Run SGEX with --help
for up-to-date options.
python sgex/job.py --help
usage: SGEX [-h] [-k API_KEY] [--cache-dir CACHE_DIR] [--clear-cache] [--data DATA] [--default-servers DEFAULT_SERVERS] [--dry-run] [-i [INFILE ...]] [-p [PARAMS ...]] [-s SERVER] [-x] [-u USERNAME] [-w WAIT_DICT]
arg | example | description |
---|---|---|
-k --api-key | "1234" |
API key, if required by server |
--cache-dir | "data" (default) |
cache directory location |
--clear-cache | (disabled by default) | clear the cache directory (ignored if --dry-run ) |
--data | (reserved) | placeholder for API call data |
--default-servers | '{"server_name": "URL"}' |
settings for default servers |
--dry-run | (disabled by default) | print job settings |
-i --infile | "api_calls.json" |
file(s) to read calls from |
-p --params | '{"call_type": "Collx", "corpname": "susanne","q": "alemma,\"bird\""}' |
JSON/YAML string(s) with a dict of params |
-s --server | "local" (default) |
local , ske or a URL to another server |
-x, --thread | (disabled by default) | run asynchronously, if allowed by server |
-u --username | "J. Doe" |
API username, if required by server |
-v --verbose | (disabled by default) | print details while running |
-w --wait-dict | '{"0": 10, "1": null}' (wait zero seconds for =<10 calls and 1 second for 10<) |
wait period between calls |
Environment variables can be set by exporting them or using an .env
file.
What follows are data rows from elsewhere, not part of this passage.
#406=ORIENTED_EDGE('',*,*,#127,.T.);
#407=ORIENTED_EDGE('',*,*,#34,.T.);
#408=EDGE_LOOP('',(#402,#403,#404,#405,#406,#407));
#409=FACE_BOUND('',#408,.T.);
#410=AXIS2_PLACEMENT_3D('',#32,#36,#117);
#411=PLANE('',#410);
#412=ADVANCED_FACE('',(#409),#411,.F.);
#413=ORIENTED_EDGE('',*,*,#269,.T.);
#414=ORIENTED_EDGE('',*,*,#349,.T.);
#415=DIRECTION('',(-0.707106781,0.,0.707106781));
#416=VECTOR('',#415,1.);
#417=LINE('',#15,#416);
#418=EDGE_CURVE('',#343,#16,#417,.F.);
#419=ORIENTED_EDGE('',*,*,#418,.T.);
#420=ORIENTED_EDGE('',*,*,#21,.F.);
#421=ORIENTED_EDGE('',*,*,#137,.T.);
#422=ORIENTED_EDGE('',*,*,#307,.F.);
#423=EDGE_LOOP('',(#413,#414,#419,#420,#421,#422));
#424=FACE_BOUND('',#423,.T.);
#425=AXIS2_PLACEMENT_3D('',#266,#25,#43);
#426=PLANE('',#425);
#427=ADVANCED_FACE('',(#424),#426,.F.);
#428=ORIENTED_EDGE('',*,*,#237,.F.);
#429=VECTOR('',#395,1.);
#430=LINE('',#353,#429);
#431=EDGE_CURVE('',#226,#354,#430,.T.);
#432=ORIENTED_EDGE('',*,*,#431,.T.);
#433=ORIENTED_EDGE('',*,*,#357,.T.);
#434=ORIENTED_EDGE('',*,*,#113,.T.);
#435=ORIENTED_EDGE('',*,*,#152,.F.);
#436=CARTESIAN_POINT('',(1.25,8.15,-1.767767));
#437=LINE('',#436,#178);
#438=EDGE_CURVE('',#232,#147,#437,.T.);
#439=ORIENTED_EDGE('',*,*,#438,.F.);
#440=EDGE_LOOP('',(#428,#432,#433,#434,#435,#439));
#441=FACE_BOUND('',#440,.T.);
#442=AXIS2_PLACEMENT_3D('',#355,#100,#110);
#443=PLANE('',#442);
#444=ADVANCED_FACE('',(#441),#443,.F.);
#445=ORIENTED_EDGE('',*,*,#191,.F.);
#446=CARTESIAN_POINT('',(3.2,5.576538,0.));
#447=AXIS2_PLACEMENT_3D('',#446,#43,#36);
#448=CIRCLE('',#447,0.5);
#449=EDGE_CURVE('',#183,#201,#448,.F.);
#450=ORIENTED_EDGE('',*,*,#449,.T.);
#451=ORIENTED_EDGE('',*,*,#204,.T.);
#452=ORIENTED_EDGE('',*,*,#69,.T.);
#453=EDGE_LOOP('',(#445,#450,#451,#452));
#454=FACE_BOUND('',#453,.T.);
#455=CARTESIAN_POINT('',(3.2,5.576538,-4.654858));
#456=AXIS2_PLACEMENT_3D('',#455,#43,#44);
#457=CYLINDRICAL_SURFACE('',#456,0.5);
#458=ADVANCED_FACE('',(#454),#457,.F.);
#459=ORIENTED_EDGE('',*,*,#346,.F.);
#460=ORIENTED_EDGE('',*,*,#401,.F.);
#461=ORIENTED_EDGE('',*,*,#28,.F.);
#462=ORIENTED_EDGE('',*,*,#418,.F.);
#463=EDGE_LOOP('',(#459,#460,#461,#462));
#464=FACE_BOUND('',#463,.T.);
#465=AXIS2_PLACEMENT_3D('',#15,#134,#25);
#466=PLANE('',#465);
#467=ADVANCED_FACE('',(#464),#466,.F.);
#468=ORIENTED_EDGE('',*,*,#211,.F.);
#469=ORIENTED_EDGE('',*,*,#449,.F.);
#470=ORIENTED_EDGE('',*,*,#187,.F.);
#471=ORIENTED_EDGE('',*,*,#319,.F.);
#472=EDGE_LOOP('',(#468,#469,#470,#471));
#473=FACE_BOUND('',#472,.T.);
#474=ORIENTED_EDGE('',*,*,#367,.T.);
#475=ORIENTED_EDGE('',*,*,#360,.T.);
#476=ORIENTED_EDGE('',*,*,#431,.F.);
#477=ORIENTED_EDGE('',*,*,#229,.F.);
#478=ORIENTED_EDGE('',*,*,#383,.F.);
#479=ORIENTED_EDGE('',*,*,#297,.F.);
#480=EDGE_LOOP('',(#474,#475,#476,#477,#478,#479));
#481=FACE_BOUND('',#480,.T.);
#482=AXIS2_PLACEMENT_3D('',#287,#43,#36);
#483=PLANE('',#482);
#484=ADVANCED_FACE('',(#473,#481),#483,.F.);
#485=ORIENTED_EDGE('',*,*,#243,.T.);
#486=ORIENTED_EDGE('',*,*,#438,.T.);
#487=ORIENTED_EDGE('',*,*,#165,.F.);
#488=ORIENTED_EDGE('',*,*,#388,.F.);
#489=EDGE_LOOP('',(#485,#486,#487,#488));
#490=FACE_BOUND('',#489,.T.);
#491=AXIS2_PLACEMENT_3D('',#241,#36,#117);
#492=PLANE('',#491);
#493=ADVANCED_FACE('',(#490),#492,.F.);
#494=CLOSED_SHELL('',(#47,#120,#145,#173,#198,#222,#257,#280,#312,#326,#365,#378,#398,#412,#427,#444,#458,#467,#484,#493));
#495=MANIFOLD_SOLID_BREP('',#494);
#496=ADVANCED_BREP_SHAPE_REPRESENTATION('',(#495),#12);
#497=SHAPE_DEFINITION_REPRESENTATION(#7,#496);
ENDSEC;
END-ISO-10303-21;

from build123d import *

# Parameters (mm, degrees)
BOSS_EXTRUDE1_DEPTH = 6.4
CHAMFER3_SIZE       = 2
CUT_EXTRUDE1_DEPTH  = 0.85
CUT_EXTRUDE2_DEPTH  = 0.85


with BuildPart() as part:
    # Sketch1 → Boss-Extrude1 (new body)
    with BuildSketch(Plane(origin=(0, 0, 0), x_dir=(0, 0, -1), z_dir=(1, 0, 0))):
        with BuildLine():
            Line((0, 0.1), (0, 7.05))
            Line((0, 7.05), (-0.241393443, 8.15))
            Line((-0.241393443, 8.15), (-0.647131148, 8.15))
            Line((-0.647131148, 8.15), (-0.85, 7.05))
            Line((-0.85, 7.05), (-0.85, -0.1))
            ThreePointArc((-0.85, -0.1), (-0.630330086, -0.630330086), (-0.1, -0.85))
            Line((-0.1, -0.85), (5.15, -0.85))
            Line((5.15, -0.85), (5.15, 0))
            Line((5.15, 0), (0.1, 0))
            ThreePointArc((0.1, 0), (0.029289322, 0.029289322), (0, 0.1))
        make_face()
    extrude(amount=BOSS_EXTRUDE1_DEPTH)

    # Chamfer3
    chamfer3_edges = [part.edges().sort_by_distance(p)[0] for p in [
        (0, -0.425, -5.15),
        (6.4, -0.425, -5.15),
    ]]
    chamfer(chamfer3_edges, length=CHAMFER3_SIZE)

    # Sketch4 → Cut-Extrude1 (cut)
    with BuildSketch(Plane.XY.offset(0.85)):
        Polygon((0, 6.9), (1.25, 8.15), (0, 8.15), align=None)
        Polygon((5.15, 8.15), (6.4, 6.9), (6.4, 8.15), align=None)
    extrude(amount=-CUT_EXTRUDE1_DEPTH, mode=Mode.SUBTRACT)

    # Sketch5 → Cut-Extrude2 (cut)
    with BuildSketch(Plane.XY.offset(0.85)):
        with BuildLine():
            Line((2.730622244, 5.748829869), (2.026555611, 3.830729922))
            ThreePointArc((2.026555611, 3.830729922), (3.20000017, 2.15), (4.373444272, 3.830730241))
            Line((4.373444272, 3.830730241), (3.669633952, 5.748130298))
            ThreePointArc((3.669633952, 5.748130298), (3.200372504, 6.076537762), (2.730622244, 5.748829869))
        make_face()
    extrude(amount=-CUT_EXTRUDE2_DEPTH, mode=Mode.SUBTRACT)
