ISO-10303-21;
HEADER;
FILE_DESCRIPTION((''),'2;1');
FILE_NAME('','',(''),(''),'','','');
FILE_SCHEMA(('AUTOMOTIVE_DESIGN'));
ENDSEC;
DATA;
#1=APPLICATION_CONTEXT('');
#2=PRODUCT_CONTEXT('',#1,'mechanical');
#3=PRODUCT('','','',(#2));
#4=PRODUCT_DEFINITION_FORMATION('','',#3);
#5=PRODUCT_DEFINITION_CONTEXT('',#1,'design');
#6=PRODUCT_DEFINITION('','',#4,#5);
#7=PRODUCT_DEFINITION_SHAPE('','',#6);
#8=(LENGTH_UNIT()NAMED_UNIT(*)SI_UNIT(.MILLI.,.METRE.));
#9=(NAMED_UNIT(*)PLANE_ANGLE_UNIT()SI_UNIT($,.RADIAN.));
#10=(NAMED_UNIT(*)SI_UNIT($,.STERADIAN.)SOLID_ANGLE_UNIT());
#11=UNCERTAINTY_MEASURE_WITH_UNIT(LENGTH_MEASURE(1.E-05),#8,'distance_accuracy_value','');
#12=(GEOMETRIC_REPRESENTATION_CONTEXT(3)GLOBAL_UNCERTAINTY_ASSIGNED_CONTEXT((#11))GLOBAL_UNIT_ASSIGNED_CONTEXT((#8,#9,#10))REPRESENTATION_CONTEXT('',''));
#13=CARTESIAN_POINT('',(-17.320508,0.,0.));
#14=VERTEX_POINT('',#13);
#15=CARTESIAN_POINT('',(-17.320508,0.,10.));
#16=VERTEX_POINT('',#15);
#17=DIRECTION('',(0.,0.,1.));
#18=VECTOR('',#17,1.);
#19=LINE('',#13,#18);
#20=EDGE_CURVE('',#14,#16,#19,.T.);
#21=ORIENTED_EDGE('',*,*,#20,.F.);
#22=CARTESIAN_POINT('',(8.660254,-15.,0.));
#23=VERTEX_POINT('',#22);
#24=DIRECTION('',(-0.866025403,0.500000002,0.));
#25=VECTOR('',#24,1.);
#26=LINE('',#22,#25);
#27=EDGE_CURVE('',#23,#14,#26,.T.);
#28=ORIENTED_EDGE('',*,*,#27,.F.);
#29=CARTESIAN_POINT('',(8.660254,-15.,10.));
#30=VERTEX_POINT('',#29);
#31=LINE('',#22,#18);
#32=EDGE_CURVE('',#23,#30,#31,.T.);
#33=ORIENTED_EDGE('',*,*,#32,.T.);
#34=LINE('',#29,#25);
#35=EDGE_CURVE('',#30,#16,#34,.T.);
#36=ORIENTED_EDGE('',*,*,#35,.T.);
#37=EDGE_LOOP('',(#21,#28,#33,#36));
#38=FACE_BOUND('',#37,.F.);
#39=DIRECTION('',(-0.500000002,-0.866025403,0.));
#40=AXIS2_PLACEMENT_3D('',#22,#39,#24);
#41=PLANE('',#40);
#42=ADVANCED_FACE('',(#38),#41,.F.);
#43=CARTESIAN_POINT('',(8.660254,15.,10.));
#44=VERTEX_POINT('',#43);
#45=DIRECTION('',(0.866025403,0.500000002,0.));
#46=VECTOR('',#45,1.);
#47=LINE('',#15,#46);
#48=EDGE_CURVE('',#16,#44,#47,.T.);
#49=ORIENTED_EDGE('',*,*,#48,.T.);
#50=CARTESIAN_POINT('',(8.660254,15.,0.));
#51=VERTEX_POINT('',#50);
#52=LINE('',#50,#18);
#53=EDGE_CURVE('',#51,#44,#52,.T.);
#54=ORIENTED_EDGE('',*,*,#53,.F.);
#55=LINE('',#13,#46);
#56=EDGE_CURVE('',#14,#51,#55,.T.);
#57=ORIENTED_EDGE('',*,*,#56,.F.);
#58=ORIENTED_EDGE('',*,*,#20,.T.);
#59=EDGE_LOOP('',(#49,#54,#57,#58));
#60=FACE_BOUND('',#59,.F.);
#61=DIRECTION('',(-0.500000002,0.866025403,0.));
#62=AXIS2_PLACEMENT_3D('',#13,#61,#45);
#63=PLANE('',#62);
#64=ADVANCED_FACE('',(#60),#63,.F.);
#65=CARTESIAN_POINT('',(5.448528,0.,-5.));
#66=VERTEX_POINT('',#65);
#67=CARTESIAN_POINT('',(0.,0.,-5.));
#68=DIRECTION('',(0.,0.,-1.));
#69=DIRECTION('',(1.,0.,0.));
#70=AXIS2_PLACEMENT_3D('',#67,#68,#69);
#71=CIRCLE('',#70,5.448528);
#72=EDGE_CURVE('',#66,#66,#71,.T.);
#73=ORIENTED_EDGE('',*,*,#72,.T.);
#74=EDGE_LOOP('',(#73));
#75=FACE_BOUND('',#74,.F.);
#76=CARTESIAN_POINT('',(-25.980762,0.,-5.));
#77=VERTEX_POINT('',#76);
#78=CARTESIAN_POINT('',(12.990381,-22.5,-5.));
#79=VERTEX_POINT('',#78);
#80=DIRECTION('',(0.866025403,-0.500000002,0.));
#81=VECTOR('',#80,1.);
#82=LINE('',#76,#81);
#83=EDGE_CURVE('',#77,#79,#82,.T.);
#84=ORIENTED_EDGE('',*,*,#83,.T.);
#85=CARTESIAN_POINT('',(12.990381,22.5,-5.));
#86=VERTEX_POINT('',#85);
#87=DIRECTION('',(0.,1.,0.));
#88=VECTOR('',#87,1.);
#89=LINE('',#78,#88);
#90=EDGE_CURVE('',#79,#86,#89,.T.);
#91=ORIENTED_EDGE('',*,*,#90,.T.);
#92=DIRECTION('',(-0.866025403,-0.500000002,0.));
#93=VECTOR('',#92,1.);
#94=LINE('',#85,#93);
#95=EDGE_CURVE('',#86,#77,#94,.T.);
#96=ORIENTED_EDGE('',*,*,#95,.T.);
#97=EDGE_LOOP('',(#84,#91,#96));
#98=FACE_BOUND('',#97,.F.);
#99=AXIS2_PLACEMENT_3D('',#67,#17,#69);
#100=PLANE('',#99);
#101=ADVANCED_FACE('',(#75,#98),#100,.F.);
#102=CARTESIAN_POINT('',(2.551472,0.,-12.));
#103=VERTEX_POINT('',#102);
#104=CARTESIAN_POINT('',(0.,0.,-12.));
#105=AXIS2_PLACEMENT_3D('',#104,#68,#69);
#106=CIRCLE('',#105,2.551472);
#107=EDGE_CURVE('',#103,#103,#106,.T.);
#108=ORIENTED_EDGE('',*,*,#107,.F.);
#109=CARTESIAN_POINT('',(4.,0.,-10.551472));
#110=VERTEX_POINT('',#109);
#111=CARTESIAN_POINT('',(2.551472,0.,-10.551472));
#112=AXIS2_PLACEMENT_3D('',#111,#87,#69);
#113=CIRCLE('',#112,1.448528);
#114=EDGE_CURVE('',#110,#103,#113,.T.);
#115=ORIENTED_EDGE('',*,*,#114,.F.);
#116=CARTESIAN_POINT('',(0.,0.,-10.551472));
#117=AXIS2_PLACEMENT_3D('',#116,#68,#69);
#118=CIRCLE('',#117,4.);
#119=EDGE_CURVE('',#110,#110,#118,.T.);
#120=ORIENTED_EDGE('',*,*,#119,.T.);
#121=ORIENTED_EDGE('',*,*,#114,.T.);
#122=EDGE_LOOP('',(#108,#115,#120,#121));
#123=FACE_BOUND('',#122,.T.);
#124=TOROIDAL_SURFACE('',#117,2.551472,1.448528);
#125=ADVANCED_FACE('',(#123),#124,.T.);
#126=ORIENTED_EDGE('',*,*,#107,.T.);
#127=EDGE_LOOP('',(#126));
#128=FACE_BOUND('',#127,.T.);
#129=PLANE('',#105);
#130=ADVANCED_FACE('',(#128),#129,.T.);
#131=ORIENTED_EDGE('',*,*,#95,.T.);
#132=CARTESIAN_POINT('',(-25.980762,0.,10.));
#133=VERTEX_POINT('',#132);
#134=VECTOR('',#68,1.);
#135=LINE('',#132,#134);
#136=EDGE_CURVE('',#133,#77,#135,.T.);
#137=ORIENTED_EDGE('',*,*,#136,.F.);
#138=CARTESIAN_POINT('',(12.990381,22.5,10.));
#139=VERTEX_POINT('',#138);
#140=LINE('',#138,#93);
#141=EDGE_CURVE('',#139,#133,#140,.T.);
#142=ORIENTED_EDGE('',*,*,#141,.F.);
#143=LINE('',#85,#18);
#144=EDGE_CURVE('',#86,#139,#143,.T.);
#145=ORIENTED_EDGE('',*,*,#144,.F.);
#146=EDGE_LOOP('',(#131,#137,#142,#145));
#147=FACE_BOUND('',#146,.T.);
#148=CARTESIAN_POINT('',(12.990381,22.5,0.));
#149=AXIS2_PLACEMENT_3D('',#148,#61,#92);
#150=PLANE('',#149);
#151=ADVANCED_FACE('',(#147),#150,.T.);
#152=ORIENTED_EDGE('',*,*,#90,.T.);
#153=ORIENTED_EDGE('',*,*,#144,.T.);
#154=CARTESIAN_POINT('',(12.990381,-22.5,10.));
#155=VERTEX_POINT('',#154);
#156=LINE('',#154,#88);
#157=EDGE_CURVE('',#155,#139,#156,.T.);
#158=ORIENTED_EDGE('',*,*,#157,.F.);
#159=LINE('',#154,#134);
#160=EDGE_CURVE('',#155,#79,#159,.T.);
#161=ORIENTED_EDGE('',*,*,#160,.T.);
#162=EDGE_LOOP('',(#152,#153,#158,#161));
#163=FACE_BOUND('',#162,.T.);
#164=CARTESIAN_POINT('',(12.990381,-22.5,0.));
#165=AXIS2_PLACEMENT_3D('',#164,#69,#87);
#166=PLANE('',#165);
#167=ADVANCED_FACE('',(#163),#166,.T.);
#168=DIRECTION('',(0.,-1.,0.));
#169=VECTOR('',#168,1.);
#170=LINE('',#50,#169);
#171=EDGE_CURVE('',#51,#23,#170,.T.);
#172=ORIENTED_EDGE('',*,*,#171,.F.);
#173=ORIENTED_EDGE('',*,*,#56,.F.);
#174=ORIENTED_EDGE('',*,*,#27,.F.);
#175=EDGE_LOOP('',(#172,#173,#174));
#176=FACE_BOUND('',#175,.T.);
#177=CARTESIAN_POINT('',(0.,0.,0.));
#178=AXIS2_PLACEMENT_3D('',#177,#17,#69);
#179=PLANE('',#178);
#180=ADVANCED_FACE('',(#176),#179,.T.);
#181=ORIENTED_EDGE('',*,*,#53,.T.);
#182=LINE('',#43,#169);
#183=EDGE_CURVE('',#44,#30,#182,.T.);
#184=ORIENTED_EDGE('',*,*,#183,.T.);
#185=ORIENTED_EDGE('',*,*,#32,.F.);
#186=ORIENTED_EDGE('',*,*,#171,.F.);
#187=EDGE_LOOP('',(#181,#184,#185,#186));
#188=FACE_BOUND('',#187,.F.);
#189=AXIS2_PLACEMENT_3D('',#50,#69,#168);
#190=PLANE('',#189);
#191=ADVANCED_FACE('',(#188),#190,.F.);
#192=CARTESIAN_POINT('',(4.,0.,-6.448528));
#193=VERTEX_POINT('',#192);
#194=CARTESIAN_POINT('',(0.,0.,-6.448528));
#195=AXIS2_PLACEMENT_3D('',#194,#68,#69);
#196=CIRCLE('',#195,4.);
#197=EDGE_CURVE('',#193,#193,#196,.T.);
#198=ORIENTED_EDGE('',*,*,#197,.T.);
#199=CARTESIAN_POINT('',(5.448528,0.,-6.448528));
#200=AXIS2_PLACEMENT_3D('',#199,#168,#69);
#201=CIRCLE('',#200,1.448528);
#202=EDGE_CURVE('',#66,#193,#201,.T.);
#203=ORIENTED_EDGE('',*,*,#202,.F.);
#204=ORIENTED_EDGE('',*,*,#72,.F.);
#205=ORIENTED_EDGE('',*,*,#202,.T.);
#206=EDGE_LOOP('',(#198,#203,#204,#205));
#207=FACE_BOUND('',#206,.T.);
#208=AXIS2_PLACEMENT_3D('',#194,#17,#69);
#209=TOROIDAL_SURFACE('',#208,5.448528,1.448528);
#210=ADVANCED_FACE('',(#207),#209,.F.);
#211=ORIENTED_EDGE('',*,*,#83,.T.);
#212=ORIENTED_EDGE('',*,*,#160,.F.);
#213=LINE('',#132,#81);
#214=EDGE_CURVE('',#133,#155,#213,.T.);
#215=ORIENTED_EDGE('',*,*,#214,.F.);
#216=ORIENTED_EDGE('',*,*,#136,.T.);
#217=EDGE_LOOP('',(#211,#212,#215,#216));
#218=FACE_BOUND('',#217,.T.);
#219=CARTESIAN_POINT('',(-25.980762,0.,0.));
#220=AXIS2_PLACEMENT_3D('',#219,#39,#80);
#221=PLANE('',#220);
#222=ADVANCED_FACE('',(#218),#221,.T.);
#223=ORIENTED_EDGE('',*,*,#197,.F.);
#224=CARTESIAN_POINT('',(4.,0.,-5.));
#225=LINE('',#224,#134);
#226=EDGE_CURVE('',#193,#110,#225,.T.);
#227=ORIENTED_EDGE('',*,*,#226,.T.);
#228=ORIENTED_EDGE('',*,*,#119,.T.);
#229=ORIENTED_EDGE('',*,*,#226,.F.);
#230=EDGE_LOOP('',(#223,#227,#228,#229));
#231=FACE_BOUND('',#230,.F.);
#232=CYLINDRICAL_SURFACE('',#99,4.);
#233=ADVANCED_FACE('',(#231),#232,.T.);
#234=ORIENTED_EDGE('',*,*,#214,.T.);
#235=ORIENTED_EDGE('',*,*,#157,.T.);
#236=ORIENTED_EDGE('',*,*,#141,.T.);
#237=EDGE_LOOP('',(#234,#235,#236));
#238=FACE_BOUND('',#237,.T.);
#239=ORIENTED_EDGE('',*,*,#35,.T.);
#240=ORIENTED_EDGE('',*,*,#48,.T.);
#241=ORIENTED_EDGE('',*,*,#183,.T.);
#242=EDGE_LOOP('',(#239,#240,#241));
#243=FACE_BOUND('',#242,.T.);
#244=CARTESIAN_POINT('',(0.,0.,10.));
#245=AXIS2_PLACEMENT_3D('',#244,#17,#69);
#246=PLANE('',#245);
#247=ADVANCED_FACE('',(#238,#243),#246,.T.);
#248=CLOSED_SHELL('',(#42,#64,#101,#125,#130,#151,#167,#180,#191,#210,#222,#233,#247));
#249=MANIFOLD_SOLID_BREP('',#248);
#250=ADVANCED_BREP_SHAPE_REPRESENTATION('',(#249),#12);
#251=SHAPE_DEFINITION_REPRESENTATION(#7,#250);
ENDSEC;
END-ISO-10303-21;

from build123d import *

# Parameters (mm, degrees)
F1_DEPTH = 10
F2_DEPTH = 5
F3_R     = 4
F4_DEPTH = 7
F5_R     = 1.448528


with BuildPart() as f1:
    # F0 (on Top) → F1 (new body)
    with BuildSketch(Plane.XY):
        Polygon((12.990381, -22.5), (12.990381, 22.5), (-25.980762, 0), align=None)
        Polygon((-17.320508, 0), (8.660254, 15), (8.660254, -15), align=None, mode=Mode.SUBTRACT)
    extrude(amount=F1_DEPTH)

    # F0 (on Top) → F2 (join)
    with BuildSketch(Plane.XY):
        Polygon((12.990381, -22.5), (12.990381, 22.5), (-25.980762, 0), align=None)
        Polygon((-17.320508, 0), (8.660254, 15), (8.660254, -15), align=None, mode=Mode.SUBTRACT)
        Polygon((8.660254, -15), (8.660254, 15), (-17.320508, 0), align=None)
    extrude(amount=-F2_DEPTH)

    # F3 (on face) → F4 (join)
    with BuildSketch(Plane(origin=(0, 0, -5), x_dir=(1, 0, 0), z_dir=(0, 0, -1))):
        Circle(F3_R)
    extrude(amount=F4_DEPTH)

    # F5
    f5_edges = [f1.edges().sort_by_distance(p)[0] for p in [
        (4, 0, -8.5),
        (-4, 0, -5),
        (-4, 0, -12),
    ]]
    fillet(f5_edges, radius=F5_R)


solid = f1.part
When used as env variables, argument names are just converted to uppercase and given a prefix.
# .env
SGEX_API_KEY="<KEY>"
SGEX_CACHE_DIR="<PATH>"
SGEX_CLEAR_CACHE=False
SGEX_DRY_RUN=True
SGEX_INFILE="<FILE>"
SGEX_SERVER="ske"
SGEX_USERNAME="<USER>"
# export variables in .env
set -a && source .env && set +a
# run SGEX
python sgex/job.py # add args here
# unset variables
unset ${!SGEX_*}
SGEX has been developed to meet research needs at the University of Granada Translation and Interpreting Department. See the LexiCon research group for related projects.
The name refers to sketch grammars, which are series of generalized corpus queries in Sketch Engine (see their bibliography).
Questions, suggestions and support are welcome.
If you use SGEX, please cite it. This paper introduces the package in the context of doing collocation analysis:
@inproceedings{isaacsAggregatingVisualizingCollocation2023,
address = {Lisbon, Portugal},
title = {Aggregating and {Visualizing} {Collocation} {Data} for {Humanitarian} {Concepts}},
url = {https://ceur-ws.org/Vol-3427/short11.pdf},
booktitle = {Proceedings of the 2nd {International} {Conference} on {Multilingual} {Digital} {Terminology} {Today} ({MDTT} 2023)},
publisher = {CEUR-WS},
author = {Isaacs, Loryn and León-Araúz, Pilar},
editor = {Di Nunzio, Giorgio Maria and Costa, Rute and Vezzani, Federica},
year = {2023},
}
See Zenodo for citing specific versions of the software.